● WORK ITEM
From the line that contains "#76=ORIENTED_EDGE('',*,*,#75,.T.);" through the line that contains "#104=EDGE_CURVE('',#99,#88,#103,.T.);", output every line of the listing below exactly and leave out all the rest.
[TASK INPUT Boundary: Start]
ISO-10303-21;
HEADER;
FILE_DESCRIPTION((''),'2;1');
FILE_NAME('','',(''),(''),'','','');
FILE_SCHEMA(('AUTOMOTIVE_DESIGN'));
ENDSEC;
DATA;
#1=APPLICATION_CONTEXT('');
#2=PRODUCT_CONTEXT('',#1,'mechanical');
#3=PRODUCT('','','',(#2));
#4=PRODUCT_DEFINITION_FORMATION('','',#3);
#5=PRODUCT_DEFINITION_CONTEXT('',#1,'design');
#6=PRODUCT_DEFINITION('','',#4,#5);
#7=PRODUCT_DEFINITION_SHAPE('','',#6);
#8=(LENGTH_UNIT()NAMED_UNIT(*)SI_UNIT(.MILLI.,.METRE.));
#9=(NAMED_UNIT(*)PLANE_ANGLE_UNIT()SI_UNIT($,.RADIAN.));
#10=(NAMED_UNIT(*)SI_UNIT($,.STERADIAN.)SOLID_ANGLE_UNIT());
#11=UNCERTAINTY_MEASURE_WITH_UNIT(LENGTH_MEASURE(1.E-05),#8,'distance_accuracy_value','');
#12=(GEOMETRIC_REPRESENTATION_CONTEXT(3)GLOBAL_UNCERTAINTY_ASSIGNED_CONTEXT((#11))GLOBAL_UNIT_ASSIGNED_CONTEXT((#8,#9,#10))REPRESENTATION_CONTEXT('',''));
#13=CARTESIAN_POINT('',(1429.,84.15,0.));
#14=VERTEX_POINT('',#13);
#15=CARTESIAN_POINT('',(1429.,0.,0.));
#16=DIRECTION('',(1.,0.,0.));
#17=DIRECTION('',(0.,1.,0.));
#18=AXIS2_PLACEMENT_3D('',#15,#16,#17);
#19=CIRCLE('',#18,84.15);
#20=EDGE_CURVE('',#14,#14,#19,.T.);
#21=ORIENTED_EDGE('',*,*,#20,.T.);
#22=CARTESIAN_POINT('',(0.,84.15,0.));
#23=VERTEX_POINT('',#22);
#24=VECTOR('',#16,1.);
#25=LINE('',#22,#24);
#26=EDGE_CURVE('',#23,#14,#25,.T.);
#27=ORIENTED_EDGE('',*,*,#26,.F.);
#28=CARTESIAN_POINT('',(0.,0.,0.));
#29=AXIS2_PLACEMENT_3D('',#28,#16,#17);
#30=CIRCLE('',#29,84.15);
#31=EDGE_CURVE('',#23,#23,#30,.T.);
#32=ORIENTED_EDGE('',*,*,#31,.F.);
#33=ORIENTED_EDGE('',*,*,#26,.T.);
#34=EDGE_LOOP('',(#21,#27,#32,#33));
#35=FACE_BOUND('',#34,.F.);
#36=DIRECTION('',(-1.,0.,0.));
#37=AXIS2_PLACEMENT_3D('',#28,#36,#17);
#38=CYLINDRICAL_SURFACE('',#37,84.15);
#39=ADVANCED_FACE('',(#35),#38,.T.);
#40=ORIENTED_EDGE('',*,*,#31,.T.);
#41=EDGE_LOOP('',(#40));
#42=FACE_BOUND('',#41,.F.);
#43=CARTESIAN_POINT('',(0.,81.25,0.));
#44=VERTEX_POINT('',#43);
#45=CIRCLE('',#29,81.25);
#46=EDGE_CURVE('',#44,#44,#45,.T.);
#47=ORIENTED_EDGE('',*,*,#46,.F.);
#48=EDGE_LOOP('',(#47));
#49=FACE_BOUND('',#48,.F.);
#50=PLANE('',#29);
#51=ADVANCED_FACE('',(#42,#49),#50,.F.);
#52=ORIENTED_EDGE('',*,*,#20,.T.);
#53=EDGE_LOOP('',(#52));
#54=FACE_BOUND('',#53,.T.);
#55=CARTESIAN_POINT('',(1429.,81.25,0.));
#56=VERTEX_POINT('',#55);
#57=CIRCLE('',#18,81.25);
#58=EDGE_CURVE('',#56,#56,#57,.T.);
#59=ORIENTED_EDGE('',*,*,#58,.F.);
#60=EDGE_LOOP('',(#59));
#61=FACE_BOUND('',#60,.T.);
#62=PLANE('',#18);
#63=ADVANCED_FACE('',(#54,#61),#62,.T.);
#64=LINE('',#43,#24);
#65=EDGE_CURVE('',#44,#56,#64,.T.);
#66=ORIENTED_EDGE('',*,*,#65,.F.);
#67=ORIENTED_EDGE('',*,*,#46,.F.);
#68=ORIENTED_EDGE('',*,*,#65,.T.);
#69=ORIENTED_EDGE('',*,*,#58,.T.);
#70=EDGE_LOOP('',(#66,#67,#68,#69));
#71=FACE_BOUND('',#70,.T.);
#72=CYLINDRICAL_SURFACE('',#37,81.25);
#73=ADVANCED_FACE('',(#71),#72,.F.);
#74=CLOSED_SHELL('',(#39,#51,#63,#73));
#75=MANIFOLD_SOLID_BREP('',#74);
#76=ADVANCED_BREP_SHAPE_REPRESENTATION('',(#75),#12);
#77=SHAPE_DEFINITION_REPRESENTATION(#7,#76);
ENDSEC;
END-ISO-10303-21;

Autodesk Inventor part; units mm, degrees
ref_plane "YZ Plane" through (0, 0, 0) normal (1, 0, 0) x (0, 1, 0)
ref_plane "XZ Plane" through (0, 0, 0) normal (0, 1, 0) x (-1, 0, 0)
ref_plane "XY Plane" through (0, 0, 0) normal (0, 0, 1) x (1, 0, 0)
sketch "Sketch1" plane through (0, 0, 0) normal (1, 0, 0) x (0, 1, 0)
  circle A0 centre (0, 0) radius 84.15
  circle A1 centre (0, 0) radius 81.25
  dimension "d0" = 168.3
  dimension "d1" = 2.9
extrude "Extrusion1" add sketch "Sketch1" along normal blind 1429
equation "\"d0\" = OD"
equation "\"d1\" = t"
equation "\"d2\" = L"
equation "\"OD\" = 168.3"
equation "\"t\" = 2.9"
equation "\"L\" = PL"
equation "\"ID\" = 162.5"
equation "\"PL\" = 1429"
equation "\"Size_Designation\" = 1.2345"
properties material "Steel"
[TASK INPUT Boundary: End]
[TASK INPUT Boundary: Start]
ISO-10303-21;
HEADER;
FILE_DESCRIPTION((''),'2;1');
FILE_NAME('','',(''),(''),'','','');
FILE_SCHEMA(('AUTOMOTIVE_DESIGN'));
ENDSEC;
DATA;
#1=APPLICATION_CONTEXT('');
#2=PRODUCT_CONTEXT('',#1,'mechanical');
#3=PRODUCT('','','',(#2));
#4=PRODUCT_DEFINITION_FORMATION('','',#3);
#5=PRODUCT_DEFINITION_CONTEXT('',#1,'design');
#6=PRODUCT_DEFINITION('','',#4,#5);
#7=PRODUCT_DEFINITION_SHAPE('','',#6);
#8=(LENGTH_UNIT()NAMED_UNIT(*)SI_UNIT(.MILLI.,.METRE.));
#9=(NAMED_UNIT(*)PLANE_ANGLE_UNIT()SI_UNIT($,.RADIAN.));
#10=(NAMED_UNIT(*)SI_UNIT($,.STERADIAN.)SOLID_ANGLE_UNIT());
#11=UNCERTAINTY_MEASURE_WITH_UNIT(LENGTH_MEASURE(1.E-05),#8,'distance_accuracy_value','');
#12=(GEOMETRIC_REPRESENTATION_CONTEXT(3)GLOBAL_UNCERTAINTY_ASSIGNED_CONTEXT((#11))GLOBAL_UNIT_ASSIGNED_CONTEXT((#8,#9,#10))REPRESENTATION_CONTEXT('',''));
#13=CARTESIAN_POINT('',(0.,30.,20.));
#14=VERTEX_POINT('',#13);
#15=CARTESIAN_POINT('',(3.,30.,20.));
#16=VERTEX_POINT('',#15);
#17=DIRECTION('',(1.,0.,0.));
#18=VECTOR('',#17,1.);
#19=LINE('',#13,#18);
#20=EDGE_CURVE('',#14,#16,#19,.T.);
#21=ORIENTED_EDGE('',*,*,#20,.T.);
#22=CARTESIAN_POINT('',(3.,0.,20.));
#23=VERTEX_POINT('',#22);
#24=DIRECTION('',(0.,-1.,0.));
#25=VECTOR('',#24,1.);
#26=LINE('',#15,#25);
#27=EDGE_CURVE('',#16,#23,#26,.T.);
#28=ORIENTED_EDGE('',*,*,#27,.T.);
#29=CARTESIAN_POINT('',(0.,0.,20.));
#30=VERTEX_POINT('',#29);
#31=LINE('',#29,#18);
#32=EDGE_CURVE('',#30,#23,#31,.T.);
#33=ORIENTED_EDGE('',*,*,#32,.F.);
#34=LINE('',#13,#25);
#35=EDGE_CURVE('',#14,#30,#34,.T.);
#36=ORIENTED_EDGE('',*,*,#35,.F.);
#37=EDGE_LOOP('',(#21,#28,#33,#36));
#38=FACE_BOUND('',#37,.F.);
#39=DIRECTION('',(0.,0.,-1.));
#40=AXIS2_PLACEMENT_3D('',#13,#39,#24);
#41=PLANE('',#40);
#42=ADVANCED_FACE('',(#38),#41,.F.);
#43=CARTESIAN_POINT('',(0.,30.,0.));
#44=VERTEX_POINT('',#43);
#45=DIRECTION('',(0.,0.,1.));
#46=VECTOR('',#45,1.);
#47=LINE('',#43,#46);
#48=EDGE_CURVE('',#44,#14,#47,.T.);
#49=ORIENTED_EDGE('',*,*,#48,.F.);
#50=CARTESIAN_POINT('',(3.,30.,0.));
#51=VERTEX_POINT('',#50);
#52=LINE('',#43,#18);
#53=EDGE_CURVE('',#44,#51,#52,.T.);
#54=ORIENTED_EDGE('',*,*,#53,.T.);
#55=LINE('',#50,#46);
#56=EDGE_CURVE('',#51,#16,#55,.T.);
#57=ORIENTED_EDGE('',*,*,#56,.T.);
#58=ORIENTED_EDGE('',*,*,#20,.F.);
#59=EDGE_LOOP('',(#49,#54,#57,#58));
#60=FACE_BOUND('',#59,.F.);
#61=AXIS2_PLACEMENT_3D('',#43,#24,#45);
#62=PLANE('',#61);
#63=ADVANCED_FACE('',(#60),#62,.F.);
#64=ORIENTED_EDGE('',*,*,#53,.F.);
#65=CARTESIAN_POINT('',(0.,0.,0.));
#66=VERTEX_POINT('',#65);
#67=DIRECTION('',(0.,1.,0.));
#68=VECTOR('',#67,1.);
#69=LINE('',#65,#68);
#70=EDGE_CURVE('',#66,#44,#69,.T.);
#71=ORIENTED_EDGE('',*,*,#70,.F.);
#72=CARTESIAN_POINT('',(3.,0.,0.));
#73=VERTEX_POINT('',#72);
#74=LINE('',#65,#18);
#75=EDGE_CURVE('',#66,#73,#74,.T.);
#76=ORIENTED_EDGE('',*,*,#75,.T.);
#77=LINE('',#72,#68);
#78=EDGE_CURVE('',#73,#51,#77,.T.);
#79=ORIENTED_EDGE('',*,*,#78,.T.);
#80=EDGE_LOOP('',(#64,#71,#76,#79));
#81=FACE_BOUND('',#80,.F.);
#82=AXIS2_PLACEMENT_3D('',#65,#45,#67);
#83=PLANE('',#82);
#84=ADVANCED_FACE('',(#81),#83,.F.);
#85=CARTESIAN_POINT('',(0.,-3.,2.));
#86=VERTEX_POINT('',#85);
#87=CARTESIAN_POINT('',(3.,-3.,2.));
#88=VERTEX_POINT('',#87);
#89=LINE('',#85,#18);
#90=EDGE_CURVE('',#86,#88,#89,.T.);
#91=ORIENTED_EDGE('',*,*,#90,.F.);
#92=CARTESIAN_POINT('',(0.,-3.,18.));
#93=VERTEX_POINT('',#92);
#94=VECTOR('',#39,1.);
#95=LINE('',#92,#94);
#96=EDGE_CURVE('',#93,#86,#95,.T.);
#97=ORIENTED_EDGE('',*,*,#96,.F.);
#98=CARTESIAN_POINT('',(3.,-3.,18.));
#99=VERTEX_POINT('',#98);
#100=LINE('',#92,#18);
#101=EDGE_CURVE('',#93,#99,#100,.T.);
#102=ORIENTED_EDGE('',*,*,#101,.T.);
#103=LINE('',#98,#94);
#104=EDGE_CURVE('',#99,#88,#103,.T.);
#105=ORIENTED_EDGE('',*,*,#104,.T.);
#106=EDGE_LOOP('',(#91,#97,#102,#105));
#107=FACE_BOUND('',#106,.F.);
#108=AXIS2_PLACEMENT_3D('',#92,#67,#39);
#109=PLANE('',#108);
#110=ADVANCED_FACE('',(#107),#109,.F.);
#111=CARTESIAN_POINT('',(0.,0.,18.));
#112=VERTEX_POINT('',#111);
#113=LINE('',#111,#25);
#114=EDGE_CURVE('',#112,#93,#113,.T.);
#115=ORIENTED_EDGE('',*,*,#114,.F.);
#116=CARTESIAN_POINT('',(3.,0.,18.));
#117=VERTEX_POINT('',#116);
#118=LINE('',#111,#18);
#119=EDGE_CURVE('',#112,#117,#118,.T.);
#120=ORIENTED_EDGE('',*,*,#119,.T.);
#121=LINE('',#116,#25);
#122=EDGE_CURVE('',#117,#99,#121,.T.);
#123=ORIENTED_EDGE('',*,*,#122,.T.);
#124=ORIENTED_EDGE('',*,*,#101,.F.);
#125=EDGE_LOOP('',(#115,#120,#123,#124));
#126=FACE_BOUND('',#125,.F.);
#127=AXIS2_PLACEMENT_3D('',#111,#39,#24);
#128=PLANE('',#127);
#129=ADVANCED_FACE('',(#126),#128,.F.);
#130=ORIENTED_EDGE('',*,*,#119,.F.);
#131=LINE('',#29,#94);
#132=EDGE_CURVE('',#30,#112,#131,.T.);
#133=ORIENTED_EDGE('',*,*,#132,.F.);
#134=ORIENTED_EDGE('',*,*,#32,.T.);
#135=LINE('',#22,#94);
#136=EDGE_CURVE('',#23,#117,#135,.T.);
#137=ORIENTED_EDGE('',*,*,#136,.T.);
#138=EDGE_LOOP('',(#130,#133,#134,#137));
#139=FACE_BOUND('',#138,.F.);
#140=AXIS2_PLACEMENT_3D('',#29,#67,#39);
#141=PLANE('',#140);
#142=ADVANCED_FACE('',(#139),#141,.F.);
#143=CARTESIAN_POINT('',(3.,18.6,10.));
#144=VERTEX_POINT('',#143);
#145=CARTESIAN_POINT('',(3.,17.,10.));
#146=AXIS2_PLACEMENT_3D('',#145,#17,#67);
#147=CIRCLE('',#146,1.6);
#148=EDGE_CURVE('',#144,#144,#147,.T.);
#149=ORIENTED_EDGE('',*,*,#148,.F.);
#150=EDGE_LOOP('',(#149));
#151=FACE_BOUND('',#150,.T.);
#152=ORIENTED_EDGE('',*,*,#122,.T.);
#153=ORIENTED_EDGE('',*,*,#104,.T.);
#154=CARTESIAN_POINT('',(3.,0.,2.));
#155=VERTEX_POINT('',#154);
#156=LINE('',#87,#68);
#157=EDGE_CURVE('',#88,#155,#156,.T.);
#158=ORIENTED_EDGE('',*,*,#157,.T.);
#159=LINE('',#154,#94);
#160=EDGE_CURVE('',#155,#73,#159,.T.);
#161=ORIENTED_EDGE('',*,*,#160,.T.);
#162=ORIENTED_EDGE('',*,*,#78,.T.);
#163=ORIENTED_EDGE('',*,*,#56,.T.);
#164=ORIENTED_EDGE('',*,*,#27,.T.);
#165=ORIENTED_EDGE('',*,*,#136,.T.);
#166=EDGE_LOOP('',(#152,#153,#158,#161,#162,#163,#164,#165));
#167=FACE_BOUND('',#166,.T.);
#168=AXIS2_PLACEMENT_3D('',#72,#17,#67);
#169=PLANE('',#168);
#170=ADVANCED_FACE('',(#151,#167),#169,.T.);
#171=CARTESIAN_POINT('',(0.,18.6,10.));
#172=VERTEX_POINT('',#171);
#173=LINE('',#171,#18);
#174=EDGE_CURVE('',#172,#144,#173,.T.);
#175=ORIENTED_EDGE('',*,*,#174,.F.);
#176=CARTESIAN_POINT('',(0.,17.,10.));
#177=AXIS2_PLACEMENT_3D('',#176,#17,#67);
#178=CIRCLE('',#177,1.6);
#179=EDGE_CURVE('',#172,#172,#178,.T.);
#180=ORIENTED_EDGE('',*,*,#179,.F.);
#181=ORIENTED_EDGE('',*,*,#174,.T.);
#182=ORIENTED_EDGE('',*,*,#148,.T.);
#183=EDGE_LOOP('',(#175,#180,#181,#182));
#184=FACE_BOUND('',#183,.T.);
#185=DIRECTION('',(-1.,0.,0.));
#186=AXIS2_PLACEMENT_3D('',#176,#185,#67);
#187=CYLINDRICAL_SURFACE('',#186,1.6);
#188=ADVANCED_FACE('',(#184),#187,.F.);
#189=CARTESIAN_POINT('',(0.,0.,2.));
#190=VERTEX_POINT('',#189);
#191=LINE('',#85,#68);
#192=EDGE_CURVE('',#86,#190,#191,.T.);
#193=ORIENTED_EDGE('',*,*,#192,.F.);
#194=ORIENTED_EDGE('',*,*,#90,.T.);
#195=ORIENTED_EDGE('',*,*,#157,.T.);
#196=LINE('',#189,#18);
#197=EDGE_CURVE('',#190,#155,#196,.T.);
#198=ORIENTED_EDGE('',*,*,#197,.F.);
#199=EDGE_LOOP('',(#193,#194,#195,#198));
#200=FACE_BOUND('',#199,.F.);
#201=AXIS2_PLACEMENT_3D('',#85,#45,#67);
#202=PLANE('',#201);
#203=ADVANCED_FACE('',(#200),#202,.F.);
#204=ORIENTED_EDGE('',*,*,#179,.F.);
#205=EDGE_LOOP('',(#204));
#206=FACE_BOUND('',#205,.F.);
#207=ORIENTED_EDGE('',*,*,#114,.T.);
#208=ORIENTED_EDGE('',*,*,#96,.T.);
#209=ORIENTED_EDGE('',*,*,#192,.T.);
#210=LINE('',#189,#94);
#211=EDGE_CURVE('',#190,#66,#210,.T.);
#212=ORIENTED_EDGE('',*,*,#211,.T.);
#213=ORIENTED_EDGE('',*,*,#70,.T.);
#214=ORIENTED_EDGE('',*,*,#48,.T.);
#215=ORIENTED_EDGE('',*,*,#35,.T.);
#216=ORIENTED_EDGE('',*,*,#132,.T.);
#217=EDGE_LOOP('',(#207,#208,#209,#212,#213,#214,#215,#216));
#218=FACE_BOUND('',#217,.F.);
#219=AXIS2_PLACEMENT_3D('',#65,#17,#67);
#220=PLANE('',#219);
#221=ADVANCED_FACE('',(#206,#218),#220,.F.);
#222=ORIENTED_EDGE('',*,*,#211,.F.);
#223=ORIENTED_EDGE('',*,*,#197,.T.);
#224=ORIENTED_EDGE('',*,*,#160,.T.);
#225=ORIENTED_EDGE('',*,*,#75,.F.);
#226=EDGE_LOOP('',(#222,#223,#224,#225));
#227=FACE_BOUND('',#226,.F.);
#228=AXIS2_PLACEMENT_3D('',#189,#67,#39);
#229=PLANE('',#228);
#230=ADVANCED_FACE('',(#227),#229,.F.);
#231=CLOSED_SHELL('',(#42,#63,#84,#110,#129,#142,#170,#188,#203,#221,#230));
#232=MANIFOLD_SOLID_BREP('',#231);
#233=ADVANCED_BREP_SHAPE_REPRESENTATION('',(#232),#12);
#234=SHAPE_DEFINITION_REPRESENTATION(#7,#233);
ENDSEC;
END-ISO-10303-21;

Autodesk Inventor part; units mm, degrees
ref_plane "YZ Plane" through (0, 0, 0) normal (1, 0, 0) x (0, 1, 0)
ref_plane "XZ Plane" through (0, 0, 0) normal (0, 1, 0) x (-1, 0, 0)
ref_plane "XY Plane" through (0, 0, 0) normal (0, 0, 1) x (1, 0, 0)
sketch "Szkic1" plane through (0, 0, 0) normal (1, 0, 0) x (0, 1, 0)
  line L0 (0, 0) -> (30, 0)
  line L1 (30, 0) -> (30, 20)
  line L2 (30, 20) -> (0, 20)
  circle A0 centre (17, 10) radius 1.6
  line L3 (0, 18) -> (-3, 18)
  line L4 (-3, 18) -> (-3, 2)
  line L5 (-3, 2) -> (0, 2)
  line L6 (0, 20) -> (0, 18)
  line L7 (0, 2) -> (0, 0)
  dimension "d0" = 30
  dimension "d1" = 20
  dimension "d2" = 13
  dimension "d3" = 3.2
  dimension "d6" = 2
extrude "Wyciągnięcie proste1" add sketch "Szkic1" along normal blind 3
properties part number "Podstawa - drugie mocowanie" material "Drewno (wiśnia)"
[TASK INPUT Boundary: End]
● SOLUTION TO THE PROBLEM
#76=ORIENTED_EDGE('',*,*,#75,.T.);
#77=LINE('',#72,#68);
#78=EDGE_CURVE('',#73,#51,#77,.T.);
#79=ORIENTED_EDGE('',*,*,#78,.T.);
#80=EDGE_LOOP('',(#64,#71,#76,#79));
#81=FACE_BOUND('',#80,.F.);
#82=AXIS2_PLACEMENT_3D('',#65,#45,#67);
#83=PLANE('',#82);
#84=ADVANCED_FACE('',(#81),#83,.F.);
#85=CARTESIAN_POINT('',(0.,-3.,2.));
#86=VERTEX_POINT('',#85);
#87=CARTESIAN_POINT('',(3.,-3.,2.));
#88=VERTEX_POINT('',#87);
#89=LINE('',#85,#18);
#90=EDGE_CURVE('',#86,#88,#89,.T.);
#91=ORIENTED_EDGE('',*,*,#90,.F.);
#92=CARTESIAN_POINT('',(0.,-3.,18.));
#93=VERTEX_POINT('',#92);
#94=VECTOR('',#39,1.);
#95=LINE('',#92,#94);
#96=EDGE_CURVE('',#93,#86,#95,.T.);
#97=ORIENTED_EDGE('',*,*,#96,.F.);
#98=CARTESIAN_POINT('',(3.,-3.,18.));
#99=VERTEX_POINT('',#98);
#100=LINE('',#92,#18);
#101=EDGE_CURVE('',#93,#99,#100,.T.);
#102=ORIENTED_EDGE('',*,*,#101,.T.);
#103=LINE('',#98,#94);
#104=EDGE_CURVE('',#99,#88,#103,.T.);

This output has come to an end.